Waldorf, Maryland is an extreme example of urban sprawl. It began as a few widely spaced truck stops, motels, and sleazy bars along several miles of U.S. 301. Then in 1949, slot machines were legalized and all the sleazy bars put them in. Land speculators, seeing the influx of visitors attracted by the slot machines, immediately gobbled up the vast tracts of vacant land between the sparsely spaced businesses.

No sidewalks or crosswalks were ever built, so walking anywhere was difficult, and driving everywhere was necessary. Traffic got congested. More businesses were built, and they all had to have huge parking lots because all their customers arrived by car, none by walking.

The combination of rampant land speculation and the need for huge parking lots forced the businesses to be far apart, thus increasing driving distances and congesting traffic even further. The city planners in their wondrous wisdom built wider roads instead of sidewalks and crosswalks.

The increased width of the roads used up land that would have otherwise been useful for businesses, thus forcing businesses even farther apart, thus increasing everyone's driving needs even further. Traffic became even more congested. Land speculators made a killing.

The city planners in their wondrous wisdom thought the slot machines were to blame, so they banned all public gambling in 1968. That made no difference whatsoever.

U.S. 301 is now up to ten lanes wide in some places. Many businesses were relocated in the process of widening it. The businesses had to be rebuilt even farther out, increasing driving time for everybody even further, and the vicious circle continues.

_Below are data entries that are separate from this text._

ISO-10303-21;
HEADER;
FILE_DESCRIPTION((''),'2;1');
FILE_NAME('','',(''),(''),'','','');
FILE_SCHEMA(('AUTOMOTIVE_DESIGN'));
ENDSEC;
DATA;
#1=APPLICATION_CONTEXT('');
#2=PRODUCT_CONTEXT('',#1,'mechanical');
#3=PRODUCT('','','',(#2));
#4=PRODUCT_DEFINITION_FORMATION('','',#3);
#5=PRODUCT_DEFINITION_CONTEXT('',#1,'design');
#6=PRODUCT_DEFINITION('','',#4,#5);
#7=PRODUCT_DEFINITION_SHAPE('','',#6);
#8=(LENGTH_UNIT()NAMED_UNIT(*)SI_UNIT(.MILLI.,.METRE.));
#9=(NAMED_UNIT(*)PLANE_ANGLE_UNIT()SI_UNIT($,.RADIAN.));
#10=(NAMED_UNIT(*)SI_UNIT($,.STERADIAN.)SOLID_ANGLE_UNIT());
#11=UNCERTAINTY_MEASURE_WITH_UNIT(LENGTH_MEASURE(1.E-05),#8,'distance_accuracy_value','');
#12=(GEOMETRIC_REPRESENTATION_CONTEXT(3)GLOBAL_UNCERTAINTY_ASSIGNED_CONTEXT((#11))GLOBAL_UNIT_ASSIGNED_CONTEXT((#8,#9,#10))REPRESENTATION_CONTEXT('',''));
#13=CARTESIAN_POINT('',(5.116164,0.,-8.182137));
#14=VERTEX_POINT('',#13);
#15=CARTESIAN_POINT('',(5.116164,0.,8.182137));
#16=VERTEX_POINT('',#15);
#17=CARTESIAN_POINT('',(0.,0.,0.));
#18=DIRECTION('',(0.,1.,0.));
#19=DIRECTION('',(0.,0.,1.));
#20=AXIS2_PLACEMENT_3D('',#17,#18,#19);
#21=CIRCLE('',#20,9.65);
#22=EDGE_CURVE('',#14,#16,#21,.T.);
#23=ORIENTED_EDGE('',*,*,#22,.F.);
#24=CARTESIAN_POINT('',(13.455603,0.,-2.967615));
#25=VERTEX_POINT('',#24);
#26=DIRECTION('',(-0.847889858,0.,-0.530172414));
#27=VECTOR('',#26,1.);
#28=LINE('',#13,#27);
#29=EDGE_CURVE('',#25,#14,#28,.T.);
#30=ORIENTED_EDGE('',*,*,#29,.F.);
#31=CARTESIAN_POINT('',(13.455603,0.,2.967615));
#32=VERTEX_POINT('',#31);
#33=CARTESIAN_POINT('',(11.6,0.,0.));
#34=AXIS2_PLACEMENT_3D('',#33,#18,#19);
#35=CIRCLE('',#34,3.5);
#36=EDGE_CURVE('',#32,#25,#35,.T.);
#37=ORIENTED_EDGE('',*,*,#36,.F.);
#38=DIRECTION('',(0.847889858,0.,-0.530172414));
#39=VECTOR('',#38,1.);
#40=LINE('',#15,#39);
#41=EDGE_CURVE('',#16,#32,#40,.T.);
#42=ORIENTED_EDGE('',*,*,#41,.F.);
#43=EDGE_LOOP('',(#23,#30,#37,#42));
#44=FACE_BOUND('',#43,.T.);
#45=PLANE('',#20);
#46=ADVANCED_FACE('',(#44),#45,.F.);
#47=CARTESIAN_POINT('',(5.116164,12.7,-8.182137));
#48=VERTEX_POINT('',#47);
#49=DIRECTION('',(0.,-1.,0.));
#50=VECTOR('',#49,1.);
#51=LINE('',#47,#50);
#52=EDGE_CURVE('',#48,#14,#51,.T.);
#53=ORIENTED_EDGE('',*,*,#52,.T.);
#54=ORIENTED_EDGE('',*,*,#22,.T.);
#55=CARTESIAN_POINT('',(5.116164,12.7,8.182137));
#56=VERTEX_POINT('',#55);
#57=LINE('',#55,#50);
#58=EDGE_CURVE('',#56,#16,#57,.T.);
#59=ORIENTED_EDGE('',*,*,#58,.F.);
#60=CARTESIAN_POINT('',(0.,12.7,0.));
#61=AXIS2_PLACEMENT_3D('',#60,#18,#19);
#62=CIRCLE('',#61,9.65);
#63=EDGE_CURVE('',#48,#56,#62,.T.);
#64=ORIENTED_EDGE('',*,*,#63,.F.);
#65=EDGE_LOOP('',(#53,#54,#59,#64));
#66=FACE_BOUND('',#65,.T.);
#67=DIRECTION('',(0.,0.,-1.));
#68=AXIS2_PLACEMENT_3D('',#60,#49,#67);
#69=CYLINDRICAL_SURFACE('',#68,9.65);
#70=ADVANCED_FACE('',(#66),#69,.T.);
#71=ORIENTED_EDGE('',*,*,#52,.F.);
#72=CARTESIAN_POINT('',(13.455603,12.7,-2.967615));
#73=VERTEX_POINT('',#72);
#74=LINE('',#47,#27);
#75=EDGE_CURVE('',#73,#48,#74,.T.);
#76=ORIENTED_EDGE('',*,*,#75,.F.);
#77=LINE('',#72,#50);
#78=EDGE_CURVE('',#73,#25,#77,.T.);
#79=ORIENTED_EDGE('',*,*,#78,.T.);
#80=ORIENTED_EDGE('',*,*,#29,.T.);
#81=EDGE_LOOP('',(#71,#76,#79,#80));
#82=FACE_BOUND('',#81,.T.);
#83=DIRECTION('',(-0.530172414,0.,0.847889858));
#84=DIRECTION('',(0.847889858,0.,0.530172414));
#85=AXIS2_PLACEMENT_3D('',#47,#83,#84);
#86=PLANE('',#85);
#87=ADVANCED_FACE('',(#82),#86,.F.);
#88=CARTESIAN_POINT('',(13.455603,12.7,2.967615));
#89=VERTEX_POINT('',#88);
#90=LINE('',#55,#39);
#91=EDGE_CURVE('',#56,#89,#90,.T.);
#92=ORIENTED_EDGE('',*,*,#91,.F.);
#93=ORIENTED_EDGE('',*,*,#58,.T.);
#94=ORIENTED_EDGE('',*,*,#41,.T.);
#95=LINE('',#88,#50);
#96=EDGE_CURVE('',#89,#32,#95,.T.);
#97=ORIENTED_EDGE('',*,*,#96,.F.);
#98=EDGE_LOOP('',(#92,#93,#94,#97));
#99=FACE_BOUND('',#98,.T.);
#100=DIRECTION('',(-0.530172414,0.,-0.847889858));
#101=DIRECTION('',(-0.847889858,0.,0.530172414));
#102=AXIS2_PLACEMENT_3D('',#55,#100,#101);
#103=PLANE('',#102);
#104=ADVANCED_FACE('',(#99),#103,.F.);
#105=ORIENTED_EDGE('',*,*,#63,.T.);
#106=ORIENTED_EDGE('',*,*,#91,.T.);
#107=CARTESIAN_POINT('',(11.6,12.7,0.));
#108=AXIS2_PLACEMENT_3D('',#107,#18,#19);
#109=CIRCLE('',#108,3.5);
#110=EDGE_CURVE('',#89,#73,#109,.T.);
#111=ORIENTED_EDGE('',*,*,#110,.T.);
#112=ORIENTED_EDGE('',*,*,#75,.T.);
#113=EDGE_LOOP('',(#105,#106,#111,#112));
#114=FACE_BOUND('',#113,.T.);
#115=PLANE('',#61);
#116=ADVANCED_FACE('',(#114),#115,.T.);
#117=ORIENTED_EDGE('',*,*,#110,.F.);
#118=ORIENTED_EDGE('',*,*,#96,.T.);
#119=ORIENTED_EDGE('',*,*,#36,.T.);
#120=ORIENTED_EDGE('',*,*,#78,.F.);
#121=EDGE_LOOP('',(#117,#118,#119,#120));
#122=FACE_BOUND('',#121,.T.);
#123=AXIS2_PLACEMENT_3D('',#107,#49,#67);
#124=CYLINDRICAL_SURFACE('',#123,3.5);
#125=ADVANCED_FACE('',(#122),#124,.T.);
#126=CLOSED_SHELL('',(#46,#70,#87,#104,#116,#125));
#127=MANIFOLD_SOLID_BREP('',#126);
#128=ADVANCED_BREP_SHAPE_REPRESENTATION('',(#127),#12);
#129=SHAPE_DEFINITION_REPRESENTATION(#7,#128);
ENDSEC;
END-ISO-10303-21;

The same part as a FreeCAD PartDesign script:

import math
import FreeCAD as App
import Part
import Sketcher

doc = App.newDocument("Part")
params = doc.addObject("Spreadsheet::Sheet", "Params")
for row, (alias, value) in enumerate([
    ("sketch1_radius", "3.5 mm"),
    ("sketch1_radius2", "9.65 mm"),
    ("pad1_length", "12.7 mm"),
], start=1):
    params.set(f"A{row}", alias)
    params.set(f"B{row}", "=" + value)
    params.setAlias(f"B{row}", alias)

body = doc.addObject("PartDesign::Body", "Body")

# Sketch on XZ plane
sketch1 = body.newObject("Sketcher::SketchObject", "Sketch")
sketch1.AttachmentSupport = (doc.getObject("XZ_Plane"), [""])
sketch1.MapMode = "FlatFace"
sketch1.addGeometry([
    Part.LineSegment(App.Vector(13.5, -3, 0), App.Vector(5.1, -8.2, 0)),
    Part.ArcOfCircle(Part.Circle(App.Vector(0, 0, 0), App.Vector(0, 0, 1), 9.7), math.radians(58), math.radians(302)),
    Part.LineSegment(App.Vector(5.1, 8.2, 0), App.Vector(13.5, 3, 0)),
    Part.ArcOfCircle(Part.Circle(App.Vector(11.6, 0, 0), App.Vector(0, 0, 1), 3.5), math.radians(-58), math.radians(58)),
], False)
sketch1.addConstraint([
    Sketcher.Constraint("Tangent", 0, 2, 1, 2),
    Sketcher.Constraint("Tangent", 1, 1, 2, 1),
    Sketcher.Constraint("Tangent", 2, 2, 3, 2),
    Sketcher.Constraint("Tangent", 3, 1, 0, 1),
    Sketcher.Constraint("Coincident", 1, 3, -1, 1),
    Sketcher.Constraint("PointOnObject", 3, 3, -1),
    Sketcher.Constraint("Radius", 3, 3.5),
    Sketcher.Constraint("Radius", 1, 9.65),
    Sketcher.Constraint("DistanceX", -1, 1, 3, 3, 11.6),
])
sketch1.setExpression("Constraints[6]", "Params.sketch1_radius")
sketch1.setExpression("Constraints[7]", "Params.sketch1_radius2")
pad1 = body.newObject("PartDesign::Pad", "Pad")
pad1.Profile = sketch1
pad1.setExpression("Length", "Params.pad1_length")
pad1.Reversed = True

doc.recompute()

About 95% of the land area in Waldorf is now roads, parking lots, and giant weed patches owned by land speculators. Only about 5% is available for homes and businesses. Widening the roads even more is no longer possible because there's no available land to widen them onto.

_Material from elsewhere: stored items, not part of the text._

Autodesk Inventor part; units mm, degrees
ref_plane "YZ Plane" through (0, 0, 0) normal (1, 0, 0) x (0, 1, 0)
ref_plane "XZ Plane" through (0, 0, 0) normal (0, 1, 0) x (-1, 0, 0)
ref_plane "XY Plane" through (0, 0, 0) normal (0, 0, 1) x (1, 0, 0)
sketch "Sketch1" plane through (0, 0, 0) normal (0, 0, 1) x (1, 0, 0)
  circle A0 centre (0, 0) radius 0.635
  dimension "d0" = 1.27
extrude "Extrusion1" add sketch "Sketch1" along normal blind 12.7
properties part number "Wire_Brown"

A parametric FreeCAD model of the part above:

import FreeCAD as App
import Part
import Sketcher

V = App.Vector
Q = App.Units.Quantity

doc = App.newDocument("Part")
body = doc.addObject("PartDesign::Body", "Body")

sketch1 = doc.addObject("Sketcher::SketchObject", "Sketch")
body.addObject(sketch1)
sketch1.AttachmentSupport = (doc.XY_Plane, [""])
sketch1.MapMode = "FlatFace"
sketch1.addGeometry(Part.Circle(V(0, 0, 0), V(0, 0, 1), 0.6), False)
sketch1.addConstraint(Sketcher.Constraint("Coincident", 0, 3, -1, 1))
sketch1.addConstraint(Sketcher.Constraint("Diameter", 0, Q("0.05 in")))
pad1 = doc.addObject("PartDesign::Pad", "Pad")
body.addObject(pad1)
pad1.Profile = sketch1
pad1.Length = Q("0.5 in")

doc.recompute()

There seems to be two things nobody has ever thought of. First, adjust real estate taxes to bear more heavily on location value of the land and more lightly (if at all) on the buildings, thus putting the land speculators out of their nefarious trade. Second, build sidewalks and crosswalks.

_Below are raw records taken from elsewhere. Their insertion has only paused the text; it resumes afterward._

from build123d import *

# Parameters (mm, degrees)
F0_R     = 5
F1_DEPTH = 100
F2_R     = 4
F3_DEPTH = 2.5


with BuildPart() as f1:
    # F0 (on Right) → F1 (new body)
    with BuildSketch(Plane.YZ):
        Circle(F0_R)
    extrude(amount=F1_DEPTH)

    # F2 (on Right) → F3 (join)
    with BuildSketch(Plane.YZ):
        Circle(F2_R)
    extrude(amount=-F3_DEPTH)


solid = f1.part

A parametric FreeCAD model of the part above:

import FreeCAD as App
import Part
import Sketcher
from FreeCAD import Vector

doc = App.newDocument("Part")
body = doc.addObject("PartDesign::Body", "Body")

sketch1 = doc.addObject("Sketcher::SketchObject", "Sketch")
body.addObject(sketch1)
sketch1.AttachmentSupport = (doc.YZ_Plane, [""])
sketch1.MapMode = "FlatFace"
sketch1.addGeometry(Part.Circle(Vector(0, 0, 0), Vector(0, 0, 1), 5), False)
sketch1.addConstraint(Sketcher.Constraint("Coincident", 0, 3, -1, 1))
sketch1.addConstraint(Sketcher.Constraint("Diameter", 0, 10.0))
pad1 = doc.addObject("PartDesign::Pad", "Pad")
body.addObject(pad1)
pad1.Profile = sketch1
pad1.Length = 100

sketch2 = doc.addObject("Sketcher::SketchObject", "Sketch001")
body.addObject(sketch2)
sketch2.AttachmentSupport = (doc.YZ_Plane, [""])
sketch2.MapMode = "FlatFace"
sketch2.addGeometry(Part.Circle(Vector(0, 0, 0), Vector(0, 0, 1), 4), False)
sketch2.addConstraint(Sketcher.Constraint("Coincident", 0, 3, -1, 1))
sketch2.addConstraint(Sketcher.Constraint("Diameter", 0, 8.0))
pad2 = doc.addObject("PartDesign::Pad", "Pad001")
body.addObject(pad2)
pad2.Profile = sketch2
pad2.Length = 2.5
pad2.Reversed = True

doc.recompute()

Do you know of any community suffering from urban sprawl? Would these same two solutions be applicable to your community?

1 comment:

Anonymous said...

There's talk about the rise of oceans due to global warming. I wonder how much will be a rise because of paved areas and the run off they cause. I'd like to see a statistic on how much surface area is covered with asphalt or concrete and how much that area increases from year to year.